▶ _Required work_
Reproduce only the top of the records, down to and including the line containing "-24.5520051758), (117.3327006289, 24.5520051758))".

(Dataset entries)
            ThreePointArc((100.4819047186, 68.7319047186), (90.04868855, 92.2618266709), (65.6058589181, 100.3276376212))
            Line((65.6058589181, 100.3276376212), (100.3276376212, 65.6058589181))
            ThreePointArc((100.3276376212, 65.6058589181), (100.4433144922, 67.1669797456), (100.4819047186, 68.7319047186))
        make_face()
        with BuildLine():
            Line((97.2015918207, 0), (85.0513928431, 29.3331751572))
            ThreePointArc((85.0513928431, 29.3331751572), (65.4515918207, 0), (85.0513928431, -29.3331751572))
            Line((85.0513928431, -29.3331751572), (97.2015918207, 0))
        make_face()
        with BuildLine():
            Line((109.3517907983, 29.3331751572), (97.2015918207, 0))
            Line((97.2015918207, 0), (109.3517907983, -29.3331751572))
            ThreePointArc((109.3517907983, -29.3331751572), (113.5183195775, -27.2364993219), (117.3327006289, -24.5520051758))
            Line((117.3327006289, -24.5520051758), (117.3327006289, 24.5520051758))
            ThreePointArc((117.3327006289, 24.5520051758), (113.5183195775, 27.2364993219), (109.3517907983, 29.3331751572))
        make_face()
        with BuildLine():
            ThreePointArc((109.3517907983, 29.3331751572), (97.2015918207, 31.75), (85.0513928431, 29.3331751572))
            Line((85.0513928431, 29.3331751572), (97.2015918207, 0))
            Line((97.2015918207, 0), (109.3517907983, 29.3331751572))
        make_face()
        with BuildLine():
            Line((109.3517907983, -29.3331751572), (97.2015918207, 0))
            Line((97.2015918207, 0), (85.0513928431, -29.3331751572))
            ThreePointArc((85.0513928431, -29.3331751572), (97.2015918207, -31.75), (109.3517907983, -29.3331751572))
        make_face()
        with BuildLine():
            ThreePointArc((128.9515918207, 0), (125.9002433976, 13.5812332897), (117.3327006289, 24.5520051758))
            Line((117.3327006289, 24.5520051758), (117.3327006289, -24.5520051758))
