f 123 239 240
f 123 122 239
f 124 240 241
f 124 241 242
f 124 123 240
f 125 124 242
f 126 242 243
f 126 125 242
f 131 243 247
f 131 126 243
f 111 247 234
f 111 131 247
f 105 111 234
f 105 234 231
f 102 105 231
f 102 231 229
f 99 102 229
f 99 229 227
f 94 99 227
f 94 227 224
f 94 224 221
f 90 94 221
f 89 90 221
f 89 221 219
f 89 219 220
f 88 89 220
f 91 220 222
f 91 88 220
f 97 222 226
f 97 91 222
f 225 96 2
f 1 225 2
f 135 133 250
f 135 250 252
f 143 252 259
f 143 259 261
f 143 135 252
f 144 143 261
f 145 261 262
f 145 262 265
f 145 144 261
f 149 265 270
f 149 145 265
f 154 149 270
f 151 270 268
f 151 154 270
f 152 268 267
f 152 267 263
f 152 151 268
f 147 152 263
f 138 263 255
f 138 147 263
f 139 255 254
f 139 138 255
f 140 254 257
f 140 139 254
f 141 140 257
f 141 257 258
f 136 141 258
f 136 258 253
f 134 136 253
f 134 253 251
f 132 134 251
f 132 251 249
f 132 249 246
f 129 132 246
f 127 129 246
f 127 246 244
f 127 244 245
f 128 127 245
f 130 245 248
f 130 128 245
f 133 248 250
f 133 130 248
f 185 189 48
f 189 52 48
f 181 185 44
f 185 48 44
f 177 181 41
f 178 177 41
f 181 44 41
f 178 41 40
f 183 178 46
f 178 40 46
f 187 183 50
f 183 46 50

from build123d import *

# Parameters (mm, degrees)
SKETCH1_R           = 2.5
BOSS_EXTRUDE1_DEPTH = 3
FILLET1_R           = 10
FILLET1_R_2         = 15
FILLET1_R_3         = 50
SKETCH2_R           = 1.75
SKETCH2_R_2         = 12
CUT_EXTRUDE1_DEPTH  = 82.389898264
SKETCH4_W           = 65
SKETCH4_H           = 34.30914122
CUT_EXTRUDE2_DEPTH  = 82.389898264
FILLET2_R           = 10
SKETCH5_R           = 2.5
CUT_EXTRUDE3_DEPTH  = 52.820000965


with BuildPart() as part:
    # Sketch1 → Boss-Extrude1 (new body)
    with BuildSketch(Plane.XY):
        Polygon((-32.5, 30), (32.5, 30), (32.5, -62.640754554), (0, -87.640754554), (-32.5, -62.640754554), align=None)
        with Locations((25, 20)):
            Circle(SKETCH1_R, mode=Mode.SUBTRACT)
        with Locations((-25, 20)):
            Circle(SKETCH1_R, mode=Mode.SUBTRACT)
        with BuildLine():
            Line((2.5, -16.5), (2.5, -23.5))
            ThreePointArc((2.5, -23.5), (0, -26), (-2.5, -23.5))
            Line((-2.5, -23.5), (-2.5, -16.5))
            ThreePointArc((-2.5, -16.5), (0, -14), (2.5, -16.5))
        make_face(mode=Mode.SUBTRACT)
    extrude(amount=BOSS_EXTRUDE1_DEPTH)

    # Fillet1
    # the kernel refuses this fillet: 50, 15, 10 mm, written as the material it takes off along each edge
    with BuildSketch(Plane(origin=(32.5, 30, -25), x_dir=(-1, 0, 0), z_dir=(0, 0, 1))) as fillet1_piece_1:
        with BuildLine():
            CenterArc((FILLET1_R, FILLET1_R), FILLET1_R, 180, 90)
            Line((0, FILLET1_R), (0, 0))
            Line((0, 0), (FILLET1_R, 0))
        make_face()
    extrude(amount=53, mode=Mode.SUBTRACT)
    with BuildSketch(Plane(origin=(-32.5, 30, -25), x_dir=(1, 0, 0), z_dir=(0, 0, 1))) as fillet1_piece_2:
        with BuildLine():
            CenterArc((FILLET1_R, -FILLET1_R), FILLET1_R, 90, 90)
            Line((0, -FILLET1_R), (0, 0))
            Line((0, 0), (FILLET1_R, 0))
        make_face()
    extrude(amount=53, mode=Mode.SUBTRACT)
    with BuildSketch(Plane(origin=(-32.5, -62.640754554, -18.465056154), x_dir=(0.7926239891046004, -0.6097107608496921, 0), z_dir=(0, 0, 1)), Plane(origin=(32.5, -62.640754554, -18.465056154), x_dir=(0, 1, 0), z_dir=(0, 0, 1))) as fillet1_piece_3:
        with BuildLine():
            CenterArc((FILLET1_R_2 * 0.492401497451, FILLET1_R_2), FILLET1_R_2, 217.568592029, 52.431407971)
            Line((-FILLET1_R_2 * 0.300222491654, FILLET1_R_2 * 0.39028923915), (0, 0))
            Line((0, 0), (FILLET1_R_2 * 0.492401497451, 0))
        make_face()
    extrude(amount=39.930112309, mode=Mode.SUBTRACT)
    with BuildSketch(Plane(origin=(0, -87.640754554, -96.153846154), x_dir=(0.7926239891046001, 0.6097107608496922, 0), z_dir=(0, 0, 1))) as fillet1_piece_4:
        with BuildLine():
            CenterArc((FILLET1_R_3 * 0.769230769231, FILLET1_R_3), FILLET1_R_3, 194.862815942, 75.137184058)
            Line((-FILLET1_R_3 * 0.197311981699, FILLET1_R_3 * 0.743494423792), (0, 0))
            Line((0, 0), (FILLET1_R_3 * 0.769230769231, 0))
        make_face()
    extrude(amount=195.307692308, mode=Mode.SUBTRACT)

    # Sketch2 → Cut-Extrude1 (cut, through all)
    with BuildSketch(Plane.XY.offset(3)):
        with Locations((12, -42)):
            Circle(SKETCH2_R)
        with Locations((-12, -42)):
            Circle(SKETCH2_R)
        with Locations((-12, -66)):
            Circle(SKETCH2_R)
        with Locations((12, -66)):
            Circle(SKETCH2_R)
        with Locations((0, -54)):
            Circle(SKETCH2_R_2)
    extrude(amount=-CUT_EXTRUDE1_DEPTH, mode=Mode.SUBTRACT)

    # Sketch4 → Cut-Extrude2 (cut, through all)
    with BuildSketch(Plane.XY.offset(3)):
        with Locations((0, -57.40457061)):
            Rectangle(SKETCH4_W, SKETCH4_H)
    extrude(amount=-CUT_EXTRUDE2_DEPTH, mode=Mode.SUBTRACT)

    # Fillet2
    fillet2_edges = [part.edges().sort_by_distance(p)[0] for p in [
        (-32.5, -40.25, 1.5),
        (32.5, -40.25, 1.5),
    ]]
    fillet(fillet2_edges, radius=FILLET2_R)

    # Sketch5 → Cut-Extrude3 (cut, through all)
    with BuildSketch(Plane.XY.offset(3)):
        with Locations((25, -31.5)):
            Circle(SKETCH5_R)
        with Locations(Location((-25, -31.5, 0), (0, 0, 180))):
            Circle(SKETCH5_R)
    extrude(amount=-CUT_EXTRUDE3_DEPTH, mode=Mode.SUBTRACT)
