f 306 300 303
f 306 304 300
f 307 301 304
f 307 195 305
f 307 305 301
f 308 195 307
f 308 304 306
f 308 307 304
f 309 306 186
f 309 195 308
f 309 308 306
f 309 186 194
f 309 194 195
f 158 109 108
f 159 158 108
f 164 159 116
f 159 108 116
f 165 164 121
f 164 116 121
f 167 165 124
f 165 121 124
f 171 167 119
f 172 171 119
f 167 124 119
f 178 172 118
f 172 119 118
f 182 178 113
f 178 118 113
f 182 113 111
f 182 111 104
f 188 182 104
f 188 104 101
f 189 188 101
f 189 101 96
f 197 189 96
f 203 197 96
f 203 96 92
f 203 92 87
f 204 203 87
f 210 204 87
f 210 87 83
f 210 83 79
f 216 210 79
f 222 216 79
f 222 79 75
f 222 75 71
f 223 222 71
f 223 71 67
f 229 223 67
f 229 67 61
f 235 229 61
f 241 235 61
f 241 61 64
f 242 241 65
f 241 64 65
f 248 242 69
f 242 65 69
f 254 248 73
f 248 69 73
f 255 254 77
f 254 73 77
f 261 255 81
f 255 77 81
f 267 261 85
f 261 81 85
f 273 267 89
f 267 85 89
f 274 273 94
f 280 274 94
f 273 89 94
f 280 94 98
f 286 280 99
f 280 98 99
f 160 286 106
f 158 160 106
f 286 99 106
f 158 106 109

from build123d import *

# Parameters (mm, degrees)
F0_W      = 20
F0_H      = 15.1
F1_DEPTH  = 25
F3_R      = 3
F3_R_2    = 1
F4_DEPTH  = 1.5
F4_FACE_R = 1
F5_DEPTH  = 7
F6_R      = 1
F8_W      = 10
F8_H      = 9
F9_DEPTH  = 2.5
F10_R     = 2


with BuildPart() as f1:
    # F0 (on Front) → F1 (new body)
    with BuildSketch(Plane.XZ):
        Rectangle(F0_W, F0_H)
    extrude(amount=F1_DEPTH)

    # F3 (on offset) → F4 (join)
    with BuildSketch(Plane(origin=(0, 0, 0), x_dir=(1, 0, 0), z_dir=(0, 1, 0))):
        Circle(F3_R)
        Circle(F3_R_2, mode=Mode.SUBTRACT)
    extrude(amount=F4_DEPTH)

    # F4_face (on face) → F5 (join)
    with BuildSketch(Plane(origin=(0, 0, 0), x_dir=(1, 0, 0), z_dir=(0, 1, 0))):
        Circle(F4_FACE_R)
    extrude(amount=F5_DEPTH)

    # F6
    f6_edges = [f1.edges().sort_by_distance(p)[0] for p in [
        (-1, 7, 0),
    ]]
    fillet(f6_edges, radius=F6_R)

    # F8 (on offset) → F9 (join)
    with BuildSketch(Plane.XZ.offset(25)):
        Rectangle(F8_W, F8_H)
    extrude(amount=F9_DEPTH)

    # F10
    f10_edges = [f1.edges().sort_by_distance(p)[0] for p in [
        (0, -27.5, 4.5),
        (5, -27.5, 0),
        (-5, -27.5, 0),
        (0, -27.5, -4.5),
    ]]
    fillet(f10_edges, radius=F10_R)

▶ _Your solution_
            ThreePointArc((100.4819047186, 68.7319047186), (90.04868855, 92.2618266709), (65.6058589181, 100.3276376212))
            Line((65.6058589181, 100.3276376212), (100.3276376212, 65.6058589181))
            ThreePointArc((100.3276376212, 65.6058589181), (100.4433144922, 67.1669797456), (100.4819047186, 68.7319047186))
        make_face()
        with BuildLine():
            Line((97.2015918207, 0), (85.0513928431, 29.3331751572))
            ThreePointArc((85.0513928431, 29.3331751572), (65.4515918207, 0), (85.0513928431, -29.3331751572))
            Line((85.0513928431, -29.3331751572), (97.2015918207, 0))
        make_face()
        with BuildLine():
            Line((109.3517907983, 29.3331751572), (97.2015918207, 0))
            Line((97.2015918207, 0), (109.3517907983, -29.3331751572))
            ThreePointArc((109.3517907983, -29.3331751572), (113.5183195775, -27.2364993219), (117.3327006289, -24.5520051758))
            Line((117.3327006289, -24.5520051758), (117.3327006289, 24.5520051758))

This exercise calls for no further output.